Activity:
Each line starting at the one that contains "#83=ADVANCED_FACE('',(#80),#82,.F.);" and ending at the one that contains "#91=LINE('',#46,#25);" must be returned exactly, and the rest of the listing is left out.
======== Entries shown
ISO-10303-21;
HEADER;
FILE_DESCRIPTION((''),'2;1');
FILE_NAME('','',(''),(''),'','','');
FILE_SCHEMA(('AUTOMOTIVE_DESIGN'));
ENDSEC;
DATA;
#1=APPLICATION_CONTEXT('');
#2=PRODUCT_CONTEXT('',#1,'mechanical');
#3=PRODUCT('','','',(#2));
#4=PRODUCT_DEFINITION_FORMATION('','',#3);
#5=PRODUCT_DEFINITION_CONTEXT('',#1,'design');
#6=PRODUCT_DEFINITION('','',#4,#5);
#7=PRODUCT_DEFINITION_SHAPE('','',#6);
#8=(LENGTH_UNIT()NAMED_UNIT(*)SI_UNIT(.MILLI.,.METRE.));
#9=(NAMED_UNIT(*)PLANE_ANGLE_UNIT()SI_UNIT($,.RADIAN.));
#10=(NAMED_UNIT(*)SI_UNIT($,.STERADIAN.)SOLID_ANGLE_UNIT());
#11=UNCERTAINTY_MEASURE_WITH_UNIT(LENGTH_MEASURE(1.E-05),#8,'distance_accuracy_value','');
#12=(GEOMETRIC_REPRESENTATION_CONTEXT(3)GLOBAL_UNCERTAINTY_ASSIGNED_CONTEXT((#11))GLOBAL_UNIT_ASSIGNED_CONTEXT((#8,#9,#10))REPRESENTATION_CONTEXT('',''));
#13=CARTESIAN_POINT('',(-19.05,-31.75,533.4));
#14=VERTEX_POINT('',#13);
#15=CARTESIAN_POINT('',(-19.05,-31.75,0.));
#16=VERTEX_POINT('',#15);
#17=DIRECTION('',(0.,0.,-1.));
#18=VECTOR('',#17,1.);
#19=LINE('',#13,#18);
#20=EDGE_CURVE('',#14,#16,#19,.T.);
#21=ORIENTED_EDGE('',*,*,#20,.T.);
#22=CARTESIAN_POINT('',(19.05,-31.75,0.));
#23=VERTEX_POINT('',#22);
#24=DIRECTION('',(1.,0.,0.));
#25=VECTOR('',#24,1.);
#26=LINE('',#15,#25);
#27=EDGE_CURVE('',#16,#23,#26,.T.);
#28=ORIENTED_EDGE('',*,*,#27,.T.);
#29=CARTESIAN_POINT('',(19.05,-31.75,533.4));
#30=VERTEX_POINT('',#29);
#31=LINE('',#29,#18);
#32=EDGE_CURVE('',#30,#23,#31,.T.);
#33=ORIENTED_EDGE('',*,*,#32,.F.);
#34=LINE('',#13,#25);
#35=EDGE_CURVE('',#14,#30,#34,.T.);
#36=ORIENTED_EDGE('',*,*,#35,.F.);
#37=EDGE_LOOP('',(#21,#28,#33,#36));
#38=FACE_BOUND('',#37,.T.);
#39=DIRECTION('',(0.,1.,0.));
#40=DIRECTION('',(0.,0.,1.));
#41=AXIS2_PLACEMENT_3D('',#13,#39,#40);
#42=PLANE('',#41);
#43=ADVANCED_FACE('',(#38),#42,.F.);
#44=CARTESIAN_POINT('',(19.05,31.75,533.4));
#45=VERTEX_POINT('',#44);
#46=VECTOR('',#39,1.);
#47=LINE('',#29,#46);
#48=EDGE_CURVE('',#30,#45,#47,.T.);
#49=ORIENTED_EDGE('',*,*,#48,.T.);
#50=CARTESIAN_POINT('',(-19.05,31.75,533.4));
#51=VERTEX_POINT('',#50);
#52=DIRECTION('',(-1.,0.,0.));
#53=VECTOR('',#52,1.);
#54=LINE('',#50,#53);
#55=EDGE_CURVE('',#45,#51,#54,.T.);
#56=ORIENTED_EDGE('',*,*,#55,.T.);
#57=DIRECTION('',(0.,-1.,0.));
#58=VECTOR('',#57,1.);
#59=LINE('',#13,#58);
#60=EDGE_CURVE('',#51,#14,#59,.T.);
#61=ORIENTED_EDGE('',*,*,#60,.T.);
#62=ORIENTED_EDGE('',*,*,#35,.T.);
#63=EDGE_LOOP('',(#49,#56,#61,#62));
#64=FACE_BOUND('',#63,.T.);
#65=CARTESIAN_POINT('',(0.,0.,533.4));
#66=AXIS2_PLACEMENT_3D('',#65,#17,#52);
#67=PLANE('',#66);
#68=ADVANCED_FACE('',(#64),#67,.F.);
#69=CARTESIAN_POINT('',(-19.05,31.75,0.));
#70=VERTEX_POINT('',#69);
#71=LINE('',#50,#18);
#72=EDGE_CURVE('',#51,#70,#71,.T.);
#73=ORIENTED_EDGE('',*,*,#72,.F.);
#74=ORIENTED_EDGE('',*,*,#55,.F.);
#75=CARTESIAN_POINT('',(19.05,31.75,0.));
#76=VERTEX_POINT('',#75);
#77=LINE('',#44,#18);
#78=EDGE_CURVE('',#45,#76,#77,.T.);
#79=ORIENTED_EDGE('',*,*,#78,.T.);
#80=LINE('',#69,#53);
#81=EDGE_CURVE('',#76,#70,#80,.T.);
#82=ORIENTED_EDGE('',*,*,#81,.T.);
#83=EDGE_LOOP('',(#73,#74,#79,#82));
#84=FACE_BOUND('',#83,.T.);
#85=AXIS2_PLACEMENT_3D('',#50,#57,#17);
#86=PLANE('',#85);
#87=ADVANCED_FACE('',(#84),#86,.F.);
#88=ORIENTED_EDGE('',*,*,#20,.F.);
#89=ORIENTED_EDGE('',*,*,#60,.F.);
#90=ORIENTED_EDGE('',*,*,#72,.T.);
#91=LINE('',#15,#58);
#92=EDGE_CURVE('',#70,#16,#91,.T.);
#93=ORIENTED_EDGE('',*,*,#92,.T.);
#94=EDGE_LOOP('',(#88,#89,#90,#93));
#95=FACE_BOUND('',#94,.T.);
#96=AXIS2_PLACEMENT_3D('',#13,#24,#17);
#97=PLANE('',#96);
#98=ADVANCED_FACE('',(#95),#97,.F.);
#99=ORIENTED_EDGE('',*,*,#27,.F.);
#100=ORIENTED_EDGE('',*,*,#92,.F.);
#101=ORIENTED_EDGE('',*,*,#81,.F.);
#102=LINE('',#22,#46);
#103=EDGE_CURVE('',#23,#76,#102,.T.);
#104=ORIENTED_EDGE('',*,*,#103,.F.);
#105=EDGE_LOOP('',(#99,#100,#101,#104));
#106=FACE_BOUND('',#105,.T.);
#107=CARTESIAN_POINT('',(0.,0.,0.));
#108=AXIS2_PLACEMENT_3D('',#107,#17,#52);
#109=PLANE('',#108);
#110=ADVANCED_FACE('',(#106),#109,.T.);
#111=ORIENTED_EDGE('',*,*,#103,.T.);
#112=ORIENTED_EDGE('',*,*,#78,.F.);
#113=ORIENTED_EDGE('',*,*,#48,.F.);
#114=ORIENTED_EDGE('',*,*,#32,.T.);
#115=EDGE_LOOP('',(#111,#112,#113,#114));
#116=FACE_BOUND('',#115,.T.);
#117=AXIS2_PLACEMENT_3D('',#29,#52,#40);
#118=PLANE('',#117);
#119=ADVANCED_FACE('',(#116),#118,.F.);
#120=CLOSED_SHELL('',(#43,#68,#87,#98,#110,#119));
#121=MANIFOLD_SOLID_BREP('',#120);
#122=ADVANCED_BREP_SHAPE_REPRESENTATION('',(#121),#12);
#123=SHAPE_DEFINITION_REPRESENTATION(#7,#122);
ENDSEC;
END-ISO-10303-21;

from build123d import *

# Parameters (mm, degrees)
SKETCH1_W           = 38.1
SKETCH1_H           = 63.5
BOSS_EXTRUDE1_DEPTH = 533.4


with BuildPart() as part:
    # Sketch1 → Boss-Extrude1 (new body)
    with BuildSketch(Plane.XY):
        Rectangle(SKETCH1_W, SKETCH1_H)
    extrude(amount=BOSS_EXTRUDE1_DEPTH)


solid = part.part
================
======== Entries shown
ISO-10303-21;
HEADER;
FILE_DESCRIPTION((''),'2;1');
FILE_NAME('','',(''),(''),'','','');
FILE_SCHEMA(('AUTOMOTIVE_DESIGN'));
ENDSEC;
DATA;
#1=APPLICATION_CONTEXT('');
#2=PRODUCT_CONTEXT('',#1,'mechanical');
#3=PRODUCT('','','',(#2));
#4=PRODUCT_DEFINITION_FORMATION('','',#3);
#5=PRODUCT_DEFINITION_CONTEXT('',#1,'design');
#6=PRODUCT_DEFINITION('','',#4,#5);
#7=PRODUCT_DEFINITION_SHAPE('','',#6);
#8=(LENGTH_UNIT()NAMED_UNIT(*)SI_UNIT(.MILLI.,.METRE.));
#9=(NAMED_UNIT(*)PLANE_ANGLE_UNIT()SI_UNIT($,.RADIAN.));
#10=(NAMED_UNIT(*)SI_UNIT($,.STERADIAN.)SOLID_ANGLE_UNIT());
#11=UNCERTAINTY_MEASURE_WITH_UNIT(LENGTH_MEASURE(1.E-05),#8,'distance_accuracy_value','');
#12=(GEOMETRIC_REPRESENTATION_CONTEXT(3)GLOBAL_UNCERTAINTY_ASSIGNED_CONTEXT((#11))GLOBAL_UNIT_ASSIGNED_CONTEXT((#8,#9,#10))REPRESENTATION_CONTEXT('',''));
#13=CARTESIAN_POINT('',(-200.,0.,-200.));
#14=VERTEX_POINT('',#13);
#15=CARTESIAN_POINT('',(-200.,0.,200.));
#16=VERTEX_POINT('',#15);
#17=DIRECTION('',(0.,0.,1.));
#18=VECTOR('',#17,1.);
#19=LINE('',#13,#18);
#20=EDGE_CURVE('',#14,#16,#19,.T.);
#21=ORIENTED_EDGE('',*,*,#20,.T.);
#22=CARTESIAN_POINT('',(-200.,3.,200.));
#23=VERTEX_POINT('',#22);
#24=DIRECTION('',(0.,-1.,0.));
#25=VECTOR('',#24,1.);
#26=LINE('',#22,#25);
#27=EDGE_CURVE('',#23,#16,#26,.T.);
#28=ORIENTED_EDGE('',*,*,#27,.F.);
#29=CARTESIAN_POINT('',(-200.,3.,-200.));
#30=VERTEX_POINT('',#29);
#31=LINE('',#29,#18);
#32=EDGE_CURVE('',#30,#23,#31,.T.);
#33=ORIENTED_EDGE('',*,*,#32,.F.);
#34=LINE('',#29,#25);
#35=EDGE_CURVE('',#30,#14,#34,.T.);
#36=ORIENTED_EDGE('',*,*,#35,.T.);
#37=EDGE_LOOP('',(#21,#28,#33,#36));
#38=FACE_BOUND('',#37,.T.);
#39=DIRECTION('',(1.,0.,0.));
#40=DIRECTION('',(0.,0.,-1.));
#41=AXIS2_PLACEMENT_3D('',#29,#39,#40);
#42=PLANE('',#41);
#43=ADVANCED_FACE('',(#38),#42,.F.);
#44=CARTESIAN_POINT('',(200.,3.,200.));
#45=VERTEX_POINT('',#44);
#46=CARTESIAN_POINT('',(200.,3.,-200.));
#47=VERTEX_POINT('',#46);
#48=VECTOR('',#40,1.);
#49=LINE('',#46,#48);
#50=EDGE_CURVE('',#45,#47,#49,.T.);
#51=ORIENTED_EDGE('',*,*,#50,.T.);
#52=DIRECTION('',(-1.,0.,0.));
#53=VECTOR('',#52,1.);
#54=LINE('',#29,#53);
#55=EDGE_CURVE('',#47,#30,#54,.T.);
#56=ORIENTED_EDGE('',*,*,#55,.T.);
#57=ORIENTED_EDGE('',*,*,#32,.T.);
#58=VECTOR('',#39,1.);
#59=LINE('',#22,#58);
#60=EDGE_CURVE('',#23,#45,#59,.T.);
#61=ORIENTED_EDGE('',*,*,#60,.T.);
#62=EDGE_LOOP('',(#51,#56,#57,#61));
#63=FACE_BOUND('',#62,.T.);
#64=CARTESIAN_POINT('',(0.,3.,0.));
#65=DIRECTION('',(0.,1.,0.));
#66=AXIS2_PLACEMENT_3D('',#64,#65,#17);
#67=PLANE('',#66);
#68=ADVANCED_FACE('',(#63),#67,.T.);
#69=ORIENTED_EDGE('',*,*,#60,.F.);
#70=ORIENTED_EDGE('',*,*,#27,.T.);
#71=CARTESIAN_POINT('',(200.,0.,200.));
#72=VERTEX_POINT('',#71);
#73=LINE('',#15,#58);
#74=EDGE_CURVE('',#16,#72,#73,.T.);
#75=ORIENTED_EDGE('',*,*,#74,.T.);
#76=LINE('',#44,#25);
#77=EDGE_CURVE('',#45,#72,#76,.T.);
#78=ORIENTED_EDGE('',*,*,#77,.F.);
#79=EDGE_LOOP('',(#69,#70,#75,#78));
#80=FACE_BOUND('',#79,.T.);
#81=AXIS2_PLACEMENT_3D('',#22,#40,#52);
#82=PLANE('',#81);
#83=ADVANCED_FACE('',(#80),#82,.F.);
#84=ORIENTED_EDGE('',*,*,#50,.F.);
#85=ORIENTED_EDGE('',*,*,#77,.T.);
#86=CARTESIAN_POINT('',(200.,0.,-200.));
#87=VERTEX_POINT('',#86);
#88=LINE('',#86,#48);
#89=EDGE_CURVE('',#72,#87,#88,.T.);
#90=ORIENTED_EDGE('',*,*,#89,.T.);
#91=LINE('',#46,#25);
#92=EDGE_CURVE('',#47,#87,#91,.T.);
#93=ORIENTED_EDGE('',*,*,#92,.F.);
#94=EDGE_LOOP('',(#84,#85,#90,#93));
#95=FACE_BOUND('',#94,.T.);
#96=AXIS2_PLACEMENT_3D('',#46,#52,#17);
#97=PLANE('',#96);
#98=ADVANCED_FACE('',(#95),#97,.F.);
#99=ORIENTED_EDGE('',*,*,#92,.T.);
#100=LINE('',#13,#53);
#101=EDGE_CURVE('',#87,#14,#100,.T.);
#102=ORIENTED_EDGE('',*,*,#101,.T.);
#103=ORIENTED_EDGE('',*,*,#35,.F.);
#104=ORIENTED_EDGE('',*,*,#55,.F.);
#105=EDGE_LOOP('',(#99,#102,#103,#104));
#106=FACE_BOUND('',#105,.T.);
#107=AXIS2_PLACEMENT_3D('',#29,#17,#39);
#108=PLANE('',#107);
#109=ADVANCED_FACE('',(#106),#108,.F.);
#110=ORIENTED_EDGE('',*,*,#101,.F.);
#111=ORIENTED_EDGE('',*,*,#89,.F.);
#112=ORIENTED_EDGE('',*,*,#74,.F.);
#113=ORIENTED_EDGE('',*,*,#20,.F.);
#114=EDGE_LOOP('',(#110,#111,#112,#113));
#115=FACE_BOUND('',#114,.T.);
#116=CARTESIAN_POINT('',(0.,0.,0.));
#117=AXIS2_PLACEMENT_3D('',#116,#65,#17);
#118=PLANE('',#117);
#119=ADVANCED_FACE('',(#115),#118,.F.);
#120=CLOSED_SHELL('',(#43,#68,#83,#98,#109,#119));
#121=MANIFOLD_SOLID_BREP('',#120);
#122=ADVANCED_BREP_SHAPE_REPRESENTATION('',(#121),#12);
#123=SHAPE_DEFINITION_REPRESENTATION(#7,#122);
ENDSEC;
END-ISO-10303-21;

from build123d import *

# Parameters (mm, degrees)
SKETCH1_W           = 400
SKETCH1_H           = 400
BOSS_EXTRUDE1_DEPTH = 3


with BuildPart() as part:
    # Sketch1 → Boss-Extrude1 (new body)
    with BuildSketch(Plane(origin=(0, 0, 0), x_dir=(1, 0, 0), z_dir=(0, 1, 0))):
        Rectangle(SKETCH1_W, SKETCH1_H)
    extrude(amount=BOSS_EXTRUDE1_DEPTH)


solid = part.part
================
Answer to the problem:
#83=ADVANCED_FACE('',(#80),#82,.F.);
#84=ORIENTED_EDGE('',*,*,#50,.F.);
#85=ORIENTED_EDGE('',*,*,#77,.T.);
#86=CARTESIAN_POINT('',(200.,0.,-200.));
#87=VERTEX_POINT('',#86);
#88=LINE('',#86,#48);
#89=EDGE_CURVE('',#72,#87,#88,.T.);
#90=ORIENTED_EDGE('',*,*,#89,.T.);
#91=LINE('',#46,#25);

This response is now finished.